## What this task involves
From the listing below, return every line with the string "through" in it.

Records provided Start Marker

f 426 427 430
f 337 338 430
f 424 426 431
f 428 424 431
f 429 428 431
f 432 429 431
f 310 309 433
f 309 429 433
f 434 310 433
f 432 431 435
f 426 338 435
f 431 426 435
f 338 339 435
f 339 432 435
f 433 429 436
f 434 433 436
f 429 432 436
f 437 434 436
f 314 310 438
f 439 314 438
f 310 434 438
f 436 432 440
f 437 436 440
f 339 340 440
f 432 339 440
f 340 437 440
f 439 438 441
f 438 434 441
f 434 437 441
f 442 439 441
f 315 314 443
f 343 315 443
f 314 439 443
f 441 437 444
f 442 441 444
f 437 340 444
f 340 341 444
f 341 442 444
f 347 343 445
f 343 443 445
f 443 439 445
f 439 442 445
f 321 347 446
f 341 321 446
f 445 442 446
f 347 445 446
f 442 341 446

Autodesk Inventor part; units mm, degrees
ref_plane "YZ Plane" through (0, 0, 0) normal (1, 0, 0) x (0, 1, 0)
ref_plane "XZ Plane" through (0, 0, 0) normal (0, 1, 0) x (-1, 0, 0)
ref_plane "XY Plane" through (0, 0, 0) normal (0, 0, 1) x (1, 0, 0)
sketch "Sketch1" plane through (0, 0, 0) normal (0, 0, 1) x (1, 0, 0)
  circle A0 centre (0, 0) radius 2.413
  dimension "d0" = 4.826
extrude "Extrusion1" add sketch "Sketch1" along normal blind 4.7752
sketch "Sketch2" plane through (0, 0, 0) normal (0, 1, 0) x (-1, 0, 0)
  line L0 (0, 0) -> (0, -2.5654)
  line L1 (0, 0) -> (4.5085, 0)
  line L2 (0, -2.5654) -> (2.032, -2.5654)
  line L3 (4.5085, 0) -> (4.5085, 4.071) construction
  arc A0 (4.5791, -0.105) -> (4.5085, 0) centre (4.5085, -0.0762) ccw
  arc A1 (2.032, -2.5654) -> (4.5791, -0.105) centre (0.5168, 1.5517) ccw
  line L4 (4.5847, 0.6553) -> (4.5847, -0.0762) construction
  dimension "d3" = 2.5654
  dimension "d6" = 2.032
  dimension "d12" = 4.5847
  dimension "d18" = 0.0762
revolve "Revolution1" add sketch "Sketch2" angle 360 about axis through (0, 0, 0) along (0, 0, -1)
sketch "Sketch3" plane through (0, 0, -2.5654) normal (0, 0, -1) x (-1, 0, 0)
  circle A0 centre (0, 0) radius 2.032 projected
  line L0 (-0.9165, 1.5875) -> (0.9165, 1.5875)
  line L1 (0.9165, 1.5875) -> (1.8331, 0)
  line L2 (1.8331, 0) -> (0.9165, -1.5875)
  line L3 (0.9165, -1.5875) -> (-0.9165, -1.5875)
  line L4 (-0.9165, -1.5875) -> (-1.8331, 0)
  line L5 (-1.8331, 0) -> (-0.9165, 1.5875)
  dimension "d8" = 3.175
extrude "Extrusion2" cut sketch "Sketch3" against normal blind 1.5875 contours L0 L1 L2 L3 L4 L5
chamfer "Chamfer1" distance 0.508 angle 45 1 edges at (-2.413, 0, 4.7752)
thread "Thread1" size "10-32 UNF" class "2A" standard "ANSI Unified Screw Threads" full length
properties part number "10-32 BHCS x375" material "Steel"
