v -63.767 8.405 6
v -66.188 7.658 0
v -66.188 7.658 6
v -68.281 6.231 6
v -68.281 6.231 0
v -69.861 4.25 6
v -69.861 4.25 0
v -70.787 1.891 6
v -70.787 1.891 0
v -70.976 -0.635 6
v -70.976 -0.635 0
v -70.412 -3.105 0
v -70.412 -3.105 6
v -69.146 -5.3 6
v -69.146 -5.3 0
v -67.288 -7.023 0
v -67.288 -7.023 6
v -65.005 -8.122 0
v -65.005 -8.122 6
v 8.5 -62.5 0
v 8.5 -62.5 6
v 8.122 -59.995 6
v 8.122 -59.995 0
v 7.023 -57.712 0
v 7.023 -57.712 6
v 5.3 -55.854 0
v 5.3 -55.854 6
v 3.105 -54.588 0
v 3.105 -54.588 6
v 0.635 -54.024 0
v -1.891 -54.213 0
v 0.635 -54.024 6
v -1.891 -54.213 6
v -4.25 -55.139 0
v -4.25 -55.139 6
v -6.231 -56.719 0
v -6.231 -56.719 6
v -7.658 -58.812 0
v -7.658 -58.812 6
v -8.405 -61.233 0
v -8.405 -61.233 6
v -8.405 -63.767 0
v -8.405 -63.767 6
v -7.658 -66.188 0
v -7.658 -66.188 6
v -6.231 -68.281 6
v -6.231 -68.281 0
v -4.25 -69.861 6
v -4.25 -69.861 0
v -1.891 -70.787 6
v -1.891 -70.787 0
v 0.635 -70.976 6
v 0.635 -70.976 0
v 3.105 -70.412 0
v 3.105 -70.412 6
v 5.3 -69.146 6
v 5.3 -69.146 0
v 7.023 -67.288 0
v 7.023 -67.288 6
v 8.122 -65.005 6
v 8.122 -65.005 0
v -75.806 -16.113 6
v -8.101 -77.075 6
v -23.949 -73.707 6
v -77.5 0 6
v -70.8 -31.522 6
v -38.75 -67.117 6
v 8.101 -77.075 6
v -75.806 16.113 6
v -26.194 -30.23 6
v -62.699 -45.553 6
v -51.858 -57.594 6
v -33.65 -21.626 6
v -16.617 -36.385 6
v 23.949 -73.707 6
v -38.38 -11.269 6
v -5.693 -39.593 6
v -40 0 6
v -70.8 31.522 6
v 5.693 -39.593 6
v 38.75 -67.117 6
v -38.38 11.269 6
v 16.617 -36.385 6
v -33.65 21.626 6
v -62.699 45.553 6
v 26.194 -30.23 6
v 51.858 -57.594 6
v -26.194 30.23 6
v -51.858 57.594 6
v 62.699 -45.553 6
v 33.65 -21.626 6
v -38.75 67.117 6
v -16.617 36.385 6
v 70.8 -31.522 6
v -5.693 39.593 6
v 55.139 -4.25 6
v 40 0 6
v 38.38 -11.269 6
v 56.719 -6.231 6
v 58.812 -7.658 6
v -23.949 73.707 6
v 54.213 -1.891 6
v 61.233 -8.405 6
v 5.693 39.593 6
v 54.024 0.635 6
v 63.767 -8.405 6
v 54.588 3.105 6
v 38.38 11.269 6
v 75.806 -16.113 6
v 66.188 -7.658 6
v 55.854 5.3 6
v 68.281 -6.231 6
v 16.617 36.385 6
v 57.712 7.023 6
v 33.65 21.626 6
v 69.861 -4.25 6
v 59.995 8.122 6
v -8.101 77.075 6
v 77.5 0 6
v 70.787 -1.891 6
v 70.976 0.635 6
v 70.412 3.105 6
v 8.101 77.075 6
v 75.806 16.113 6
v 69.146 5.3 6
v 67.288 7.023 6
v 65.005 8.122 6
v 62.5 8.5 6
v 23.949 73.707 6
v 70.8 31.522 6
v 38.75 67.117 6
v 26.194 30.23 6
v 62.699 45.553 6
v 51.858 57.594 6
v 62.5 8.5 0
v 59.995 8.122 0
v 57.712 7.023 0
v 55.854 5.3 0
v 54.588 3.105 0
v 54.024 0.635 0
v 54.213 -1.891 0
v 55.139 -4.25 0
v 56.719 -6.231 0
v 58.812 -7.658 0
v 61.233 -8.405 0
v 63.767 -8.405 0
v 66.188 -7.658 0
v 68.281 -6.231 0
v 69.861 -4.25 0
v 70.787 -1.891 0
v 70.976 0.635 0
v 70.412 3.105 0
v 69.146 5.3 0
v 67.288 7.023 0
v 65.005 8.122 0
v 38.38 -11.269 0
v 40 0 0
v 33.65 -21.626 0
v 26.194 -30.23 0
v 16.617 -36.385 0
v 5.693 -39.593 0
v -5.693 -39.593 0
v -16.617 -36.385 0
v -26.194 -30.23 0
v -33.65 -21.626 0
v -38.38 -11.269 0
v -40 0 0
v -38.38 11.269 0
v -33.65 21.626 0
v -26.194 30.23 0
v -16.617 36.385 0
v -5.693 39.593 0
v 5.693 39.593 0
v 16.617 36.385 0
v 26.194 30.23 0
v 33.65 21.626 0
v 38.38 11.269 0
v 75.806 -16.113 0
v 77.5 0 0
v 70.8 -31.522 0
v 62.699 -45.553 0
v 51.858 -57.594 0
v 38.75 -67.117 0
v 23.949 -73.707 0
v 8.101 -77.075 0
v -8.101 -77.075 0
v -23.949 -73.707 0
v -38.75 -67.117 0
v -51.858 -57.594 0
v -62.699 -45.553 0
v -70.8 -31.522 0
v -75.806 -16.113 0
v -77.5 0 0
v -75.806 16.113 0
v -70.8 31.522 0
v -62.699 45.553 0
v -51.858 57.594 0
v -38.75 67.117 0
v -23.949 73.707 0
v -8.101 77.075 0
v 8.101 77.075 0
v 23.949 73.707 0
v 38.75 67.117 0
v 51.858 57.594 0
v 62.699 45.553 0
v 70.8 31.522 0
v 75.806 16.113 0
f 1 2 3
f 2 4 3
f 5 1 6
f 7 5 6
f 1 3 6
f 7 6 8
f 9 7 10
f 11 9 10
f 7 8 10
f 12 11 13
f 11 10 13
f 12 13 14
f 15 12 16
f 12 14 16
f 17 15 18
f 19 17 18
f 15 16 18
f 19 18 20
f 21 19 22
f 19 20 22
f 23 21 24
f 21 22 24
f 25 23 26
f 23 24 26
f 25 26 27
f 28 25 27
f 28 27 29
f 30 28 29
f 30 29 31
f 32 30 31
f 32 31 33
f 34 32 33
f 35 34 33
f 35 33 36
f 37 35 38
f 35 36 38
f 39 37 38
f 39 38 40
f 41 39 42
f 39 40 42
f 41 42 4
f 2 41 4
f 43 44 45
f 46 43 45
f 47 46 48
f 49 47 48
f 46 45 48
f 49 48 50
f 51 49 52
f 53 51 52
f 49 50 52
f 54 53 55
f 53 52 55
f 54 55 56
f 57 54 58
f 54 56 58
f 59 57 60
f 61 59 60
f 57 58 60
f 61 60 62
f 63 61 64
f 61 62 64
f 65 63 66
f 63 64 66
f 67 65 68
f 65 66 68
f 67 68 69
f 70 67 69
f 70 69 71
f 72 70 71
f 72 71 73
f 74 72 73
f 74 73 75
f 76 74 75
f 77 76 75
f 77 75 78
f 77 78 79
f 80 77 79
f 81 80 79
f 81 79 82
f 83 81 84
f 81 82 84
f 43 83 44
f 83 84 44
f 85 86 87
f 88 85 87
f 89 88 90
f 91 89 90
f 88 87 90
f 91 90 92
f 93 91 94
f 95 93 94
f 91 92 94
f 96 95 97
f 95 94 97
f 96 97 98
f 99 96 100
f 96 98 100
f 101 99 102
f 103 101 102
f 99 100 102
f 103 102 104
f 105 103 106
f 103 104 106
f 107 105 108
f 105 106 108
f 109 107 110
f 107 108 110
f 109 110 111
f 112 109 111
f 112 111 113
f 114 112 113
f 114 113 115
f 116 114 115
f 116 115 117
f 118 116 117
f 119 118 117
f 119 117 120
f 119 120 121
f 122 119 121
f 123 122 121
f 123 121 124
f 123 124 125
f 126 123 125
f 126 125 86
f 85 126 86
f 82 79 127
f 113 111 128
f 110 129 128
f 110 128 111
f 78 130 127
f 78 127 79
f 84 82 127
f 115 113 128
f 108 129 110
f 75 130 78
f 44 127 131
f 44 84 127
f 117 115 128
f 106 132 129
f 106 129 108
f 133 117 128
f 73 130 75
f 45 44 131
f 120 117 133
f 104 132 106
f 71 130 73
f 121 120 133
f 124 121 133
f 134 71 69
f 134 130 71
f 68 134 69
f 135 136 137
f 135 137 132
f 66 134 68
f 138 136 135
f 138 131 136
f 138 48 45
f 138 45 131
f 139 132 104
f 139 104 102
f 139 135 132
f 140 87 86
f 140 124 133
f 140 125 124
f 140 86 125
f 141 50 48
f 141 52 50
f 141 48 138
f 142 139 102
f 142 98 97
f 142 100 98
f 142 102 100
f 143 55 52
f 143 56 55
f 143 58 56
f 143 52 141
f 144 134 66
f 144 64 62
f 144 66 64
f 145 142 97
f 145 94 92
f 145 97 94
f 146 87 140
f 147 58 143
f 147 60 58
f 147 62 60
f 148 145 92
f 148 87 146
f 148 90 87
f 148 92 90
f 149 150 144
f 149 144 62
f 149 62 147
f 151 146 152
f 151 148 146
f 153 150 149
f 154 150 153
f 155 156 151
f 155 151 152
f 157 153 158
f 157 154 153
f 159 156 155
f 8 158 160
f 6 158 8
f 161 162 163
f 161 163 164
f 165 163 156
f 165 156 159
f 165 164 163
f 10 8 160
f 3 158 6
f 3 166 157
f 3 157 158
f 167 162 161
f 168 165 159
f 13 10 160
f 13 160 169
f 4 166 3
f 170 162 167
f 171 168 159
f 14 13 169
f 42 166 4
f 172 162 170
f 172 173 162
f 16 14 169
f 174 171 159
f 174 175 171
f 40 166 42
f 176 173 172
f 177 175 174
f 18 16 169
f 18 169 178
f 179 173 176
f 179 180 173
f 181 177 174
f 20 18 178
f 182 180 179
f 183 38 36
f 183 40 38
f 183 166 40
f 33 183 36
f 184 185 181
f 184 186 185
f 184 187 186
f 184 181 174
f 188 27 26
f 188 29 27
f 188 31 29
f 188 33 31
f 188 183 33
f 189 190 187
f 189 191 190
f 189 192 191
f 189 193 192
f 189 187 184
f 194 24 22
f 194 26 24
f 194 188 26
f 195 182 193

Records provided End Marker

## Solution to this task
ref_plane "YZ Plane" through (0, 0, 0) normal (1, 0, 0) x (0, 1, 0)
ref_plane "XZ Plane" through (0, 0, 0) normal (0, 1, 0) x (-1, 0, 0)
ref_plane "XY Plane" through (0, 0, 0) normal (0, 0, 1) x (1, 0, 0)
sketch "Sketch1" plane through (0, 0, 0) normal (0, 0, 1) x (1, 0, 0)
sketch "Sketch2" plane through (0, 0, 0) normal (0, 1, 0) x (-1, 0, 0)
revolve "Revolution1" add sketch "Sketch2" angle 360 about axis through (0, 0, 0) along (0, 0, -1)
sketch "Sketch3" plane through (0, 0, -2.5654) normal (0, 0, -1) x (-1, 0, 0)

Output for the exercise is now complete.